University of Oxford scientists have discovered a method to improve a person’s math abilities without affecting other cognitive functions. How? By applying a barely perceptible electric current to the brain.
Published online recently in journal Current Biology, the findings describe using a “non-invasive method” known as transcranial direct current stimulation (TDCS). The scientists pass a mild electric current (barely enough to light a lightbulb) through the skull into the brain’s parietal lobe, where numbers are processed. The effect lasts about six months.
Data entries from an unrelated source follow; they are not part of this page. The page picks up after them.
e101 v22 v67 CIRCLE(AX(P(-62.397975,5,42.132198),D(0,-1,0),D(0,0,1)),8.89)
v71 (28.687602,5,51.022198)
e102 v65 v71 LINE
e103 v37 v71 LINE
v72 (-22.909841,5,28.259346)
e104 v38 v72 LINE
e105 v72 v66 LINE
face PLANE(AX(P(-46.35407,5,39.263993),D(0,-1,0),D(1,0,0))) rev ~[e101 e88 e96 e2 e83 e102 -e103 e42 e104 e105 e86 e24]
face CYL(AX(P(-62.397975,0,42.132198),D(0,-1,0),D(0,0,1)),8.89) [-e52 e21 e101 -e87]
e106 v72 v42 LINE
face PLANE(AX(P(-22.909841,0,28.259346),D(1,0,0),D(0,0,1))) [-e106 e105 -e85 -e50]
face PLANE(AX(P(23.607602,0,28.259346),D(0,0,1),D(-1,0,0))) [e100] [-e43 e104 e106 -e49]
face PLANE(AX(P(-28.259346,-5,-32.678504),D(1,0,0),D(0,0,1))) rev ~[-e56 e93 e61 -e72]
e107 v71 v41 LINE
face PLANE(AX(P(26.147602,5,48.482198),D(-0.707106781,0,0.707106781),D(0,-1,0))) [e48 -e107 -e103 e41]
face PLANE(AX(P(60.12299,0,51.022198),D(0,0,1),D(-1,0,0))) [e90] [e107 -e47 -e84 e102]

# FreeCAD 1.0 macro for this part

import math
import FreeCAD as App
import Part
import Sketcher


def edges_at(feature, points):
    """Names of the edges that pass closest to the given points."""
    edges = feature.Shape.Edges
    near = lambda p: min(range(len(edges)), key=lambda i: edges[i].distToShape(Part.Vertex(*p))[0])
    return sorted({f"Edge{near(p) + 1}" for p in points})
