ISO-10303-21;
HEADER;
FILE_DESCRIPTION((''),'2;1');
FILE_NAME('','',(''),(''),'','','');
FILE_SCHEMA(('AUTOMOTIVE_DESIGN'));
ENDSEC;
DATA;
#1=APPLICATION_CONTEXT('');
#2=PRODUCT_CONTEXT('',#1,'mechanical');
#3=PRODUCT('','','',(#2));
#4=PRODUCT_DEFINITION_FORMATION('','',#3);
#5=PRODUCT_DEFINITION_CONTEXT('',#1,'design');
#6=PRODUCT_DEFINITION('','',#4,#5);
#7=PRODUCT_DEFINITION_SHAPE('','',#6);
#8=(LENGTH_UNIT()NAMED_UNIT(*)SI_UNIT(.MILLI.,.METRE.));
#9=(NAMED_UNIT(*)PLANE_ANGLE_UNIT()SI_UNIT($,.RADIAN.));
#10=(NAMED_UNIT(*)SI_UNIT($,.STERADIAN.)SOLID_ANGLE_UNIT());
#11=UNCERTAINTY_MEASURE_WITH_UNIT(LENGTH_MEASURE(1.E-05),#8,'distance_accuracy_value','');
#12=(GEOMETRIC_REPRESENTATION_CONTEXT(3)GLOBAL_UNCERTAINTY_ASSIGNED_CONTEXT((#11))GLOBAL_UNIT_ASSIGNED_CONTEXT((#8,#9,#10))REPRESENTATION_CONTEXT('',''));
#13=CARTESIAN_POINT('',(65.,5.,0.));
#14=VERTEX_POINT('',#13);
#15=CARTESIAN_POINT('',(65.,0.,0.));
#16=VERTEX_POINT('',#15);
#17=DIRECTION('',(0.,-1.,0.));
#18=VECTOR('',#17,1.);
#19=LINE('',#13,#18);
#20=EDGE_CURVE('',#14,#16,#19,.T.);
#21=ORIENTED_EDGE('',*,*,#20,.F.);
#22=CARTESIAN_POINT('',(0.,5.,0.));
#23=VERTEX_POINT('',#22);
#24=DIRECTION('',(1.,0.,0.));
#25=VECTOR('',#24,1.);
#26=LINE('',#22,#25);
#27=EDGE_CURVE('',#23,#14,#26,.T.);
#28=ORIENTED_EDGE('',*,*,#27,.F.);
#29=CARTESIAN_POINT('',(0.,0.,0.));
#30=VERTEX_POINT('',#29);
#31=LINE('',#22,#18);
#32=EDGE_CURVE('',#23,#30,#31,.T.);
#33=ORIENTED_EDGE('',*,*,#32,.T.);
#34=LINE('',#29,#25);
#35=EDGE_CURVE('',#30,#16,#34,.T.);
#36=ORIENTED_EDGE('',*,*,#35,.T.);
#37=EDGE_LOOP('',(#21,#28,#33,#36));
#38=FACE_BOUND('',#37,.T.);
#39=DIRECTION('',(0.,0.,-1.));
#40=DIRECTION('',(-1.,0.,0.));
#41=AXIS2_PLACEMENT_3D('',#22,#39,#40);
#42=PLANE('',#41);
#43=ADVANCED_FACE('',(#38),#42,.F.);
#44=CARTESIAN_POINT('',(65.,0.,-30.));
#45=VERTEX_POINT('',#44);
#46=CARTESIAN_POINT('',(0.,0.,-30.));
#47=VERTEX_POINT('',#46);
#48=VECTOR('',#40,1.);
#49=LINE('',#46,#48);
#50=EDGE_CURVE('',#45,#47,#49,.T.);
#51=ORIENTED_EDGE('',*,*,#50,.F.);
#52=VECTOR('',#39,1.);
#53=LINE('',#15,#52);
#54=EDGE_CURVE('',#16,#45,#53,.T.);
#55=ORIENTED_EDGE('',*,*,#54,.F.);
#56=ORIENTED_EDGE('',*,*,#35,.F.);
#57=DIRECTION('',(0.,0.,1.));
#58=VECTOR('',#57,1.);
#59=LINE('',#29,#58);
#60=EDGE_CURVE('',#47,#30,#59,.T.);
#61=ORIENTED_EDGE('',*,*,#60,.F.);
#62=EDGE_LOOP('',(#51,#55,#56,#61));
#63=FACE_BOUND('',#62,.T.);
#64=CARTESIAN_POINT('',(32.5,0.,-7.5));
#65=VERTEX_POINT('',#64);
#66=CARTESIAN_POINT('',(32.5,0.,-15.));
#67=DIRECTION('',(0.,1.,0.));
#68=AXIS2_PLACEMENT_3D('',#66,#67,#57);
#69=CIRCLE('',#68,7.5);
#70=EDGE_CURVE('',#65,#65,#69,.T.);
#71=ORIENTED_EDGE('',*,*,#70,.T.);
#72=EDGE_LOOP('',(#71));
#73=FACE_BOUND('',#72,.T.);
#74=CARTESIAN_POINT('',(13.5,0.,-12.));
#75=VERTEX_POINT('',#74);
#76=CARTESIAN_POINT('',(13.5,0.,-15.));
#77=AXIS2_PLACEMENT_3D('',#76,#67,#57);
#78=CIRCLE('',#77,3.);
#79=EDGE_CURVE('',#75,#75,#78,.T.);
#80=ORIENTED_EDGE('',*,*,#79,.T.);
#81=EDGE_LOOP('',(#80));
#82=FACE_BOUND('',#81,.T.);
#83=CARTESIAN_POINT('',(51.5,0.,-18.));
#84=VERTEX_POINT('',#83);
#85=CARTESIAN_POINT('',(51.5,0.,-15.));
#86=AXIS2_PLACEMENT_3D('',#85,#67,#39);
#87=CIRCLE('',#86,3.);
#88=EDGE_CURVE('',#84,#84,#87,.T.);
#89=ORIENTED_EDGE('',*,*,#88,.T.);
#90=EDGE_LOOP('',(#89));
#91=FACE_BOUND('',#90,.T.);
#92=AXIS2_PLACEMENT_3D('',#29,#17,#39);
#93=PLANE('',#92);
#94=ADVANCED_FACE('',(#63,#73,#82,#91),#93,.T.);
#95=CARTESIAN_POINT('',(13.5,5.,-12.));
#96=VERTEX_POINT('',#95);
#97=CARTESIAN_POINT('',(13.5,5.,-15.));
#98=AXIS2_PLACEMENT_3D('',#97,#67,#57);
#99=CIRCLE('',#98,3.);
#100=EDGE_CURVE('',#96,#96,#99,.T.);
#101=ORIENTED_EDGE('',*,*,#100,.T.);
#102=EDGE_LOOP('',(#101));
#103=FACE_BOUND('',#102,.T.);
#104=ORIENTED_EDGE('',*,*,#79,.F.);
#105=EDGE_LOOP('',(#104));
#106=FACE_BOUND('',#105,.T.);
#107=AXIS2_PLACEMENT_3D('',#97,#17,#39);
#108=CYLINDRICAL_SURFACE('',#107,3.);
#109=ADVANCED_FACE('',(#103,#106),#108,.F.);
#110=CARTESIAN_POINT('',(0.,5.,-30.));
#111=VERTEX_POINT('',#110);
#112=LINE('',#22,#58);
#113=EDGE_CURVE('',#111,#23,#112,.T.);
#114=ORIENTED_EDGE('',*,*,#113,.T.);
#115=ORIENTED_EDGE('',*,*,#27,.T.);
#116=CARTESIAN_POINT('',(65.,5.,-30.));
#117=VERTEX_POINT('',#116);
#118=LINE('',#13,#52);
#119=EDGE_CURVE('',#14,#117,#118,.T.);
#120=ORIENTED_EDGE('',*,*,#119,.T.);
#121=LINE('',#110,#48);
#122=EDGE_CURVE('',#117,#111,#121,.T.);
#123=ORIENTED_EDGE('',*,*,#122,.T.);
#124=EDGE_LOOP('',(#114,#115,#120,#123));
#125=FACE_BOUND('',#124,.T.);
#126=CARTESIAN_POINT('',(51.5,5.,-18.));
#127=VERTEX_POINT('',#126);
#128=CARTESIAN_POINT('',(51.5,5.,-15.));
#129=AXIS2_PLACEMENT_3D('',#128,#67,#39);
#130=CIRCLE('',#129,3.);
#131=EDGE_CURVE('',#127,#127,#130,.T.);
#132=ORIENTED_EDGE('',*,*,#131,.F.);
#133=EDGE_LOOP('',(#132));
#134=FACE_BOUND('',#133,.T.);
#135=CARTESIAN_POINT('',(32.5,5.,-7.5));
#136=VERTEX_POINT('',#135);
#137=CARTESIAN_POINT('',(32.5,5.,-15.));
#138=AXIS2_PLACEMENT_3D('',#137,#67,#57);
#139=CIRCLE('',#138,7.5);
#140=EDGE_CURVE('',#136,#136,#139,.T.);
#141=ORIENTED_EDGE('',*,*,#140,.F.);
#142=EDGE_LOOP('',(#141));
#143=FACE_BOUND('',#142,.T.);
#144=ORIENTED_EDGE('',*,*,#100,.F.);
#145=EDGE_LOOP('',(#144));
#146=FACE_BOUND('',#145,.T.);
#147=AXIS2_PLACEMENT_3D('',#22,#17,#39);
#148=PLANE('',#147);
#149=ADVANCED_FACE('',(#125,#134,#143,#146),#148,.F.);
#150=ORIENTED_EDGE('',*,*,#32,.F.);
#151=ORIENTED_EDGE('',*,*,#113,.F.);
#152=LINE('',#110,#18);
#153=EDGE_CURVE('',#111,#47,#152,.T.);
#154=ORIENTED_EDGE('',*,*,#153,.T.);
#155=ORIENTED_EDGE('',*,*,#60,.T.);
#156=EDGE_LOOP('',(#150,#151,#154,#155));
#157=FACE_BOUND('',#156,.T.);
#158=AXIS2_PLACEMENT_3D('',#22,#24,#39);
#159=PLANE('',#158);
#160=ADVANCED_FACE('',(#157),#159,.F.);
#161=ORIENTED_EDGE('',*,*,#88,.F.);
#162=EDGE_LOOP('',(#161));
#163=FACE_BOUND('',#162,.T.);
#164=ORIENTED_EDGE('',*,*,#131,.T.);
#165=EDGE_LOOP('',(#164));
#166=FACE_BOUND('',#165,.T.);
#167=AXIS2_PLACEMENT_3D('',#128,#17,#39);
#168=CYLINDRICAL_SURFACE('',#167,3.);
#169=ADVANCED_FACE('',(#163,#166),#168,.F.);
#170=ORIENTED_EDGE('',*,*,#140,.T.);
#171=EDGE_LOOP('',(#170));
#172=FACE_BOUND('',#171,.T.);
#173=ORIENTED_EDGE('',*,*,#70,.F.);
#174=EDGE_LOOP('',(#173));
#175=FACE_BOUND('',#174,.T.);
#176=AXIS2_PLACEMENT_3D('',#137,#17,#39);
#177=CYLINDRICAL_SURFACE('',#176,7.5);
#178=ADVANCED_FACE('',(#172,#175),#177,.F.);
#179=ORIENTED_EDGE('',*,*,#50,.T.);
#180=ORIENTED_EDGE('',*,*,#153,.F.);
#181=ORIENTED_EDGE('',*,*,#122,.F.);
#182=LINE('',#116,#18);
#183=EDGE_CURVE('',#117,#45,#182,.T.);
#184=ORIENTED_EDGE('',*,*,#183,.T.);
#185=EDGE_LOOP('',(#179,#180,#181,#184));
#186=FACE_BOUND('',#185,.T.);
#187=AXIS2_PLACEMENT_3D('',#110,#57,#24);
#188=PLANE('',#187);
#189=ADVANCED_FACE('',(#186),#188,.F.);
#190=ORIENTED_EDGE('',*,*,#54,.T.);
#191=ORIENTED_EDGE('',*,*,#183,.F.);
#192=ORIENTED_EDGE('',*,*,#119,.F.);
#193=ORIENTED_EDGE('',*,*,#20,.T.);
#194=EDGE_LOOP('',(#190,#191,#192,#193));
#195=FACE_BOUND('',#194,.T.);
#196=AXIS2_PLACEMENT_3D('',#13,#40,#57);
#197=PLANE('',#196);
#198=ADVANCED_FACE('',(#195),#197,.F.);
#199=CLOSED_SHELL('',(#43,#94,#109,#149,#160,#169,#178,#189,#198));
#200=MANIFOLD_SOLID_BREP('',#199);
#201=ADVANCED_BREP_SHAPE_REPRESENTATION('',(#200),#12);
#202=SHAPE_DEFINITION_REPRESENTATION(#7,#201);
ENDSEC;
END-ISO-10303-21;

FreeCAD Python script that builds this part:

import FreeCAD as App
import Part
import Sketcher
Q = App.Units.Quantity

doc = App.newDocument("Part")
body = doc.addObject("PartDesign::Body", "Body")

# Sketch on XZ plane
sketch1 = body.newObject("Sketcher::SketchObject", "Sketch")
sketch1.AttachmentSupport = (doc.getObject("XZ_Plane"), [""])
sketch1.MapMode = "FlatFace"
sketch1.addGeometry([
    Part.LineSegment(App.Vector(0, -30, 0), App.Vector(0, 0, 0)),  # 0
    Part.LineSegment(App.Vector(0, 0, 0), App.Vector(65, 0, 0)),  # 1
    Part.LineSegment(App.Vector(65, 0, 0), App.Vector(65, -30, 0)),  # 2
    Part.LineSegment(App.Vector(65, -30, 0), App.Vector(0, -30, 0)),  # 3
    Part.Circle(App.Vector(13.5, -15, 0), App.Vector(0, 0, 1), 3),  # 4
    Part.Circle(App.Vector(32.5, -15, 0), App.Vector(0, 0, 1), 7.5),  # 5
    Part.Circle(App.Vector(51.5, -15, 0), App.Vector(0, 0, 1), 3),  # 6
], False)
sketch1.addConstraint([
    Sketcher.Constraint("Coincident", 0, 2, 1, 1),
    Sketcher.Constraint("Coincident", 1, 2, 2, 1),
    Sketcher.Constraint("Coincident", 2, 2, 3, 1),
    Sketcher.Constraint("Coincident", 3, 2, 0, 1),
    Sketcher.Constraint("Vertical", 0),
    Sketcher.Constraint("Horizontal", 1),
    Sketcher.Constraint("Vertical", 2),
    Sketcher.Constraint("Horizontal", 3),
    Sketcher.Constraint("Coincident", 0, 2, -1, 1),
    Sketcher.Constraint("Equal", 4, 6),
    Sketcher.Constraint("Horizontal", 4, 3, 5, 3),
    Sketcher.Constraint("Horizontal", 5, 3, 6, 3),
    Sketcher.Constraint("Diameter", 4, Q("6 mm")),
    Sketcher.Constraint("Diameter", 5, Q("15 mm")),
    Sketcher.Constraint("DistanceX", 1, 1, 1, 2, Q("65 mm")),
    Sketcher.Constraint("DistanceY", 0, 1, 0, 2, Q("30 mm")),
    Sketcher.Constraint("DistanceY", 4, 3, -1, 1, Q("15 mm")),
    Sketcher.Constraint("DistanceX", 4, 3, 5, 3, Q("19 mm")),
    Sketcher.Constraint("DistanceX", 5, 3, 6, 3, Q("19 mm")),
    Sketcher.Constraint("DistanceX", -1, 1, 4, 3, Q("13.5 mm")),
])
pad1 = body.newObject("PartDesign::Pad", "Pad")
pad1.Profile = sketch1
pad1.Length = 5
pad1.Reversed = True

doc.recompute()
“I am certainly not advising people to go around giving themselves electric shocks,” says Roi Cohen Kadosh, a scientist at the University of Oxford involved in the research. “Electrical stimulation will most likely not turn you into Albert Einstein, but if we’re successful, it might be able to help some people to cope better with maths.”
The research could help treat the nearly 20% of the population with moderate to severe dyscalculia (math disability), and could probably help students in other subjects as well.
In the research, patients were asked to learn new symbols to represent numbers, then, while they were on TDCS, they were asked to organise the numbers. Participants whose brains were being stimulated demonstrated an improved ability to perform the task. Interestingly, when tested again six months later, they performed just as well.
Oxford scientists say the next trials will involve patients who have lower-than-average math skills. Past research using TDCS has shown that in healthy volunteers the technique can improve a subject’s ability to generate a list of words. Past and ongoing studies have also explored its potential to treat depression, modify pain perception, and improve working memory.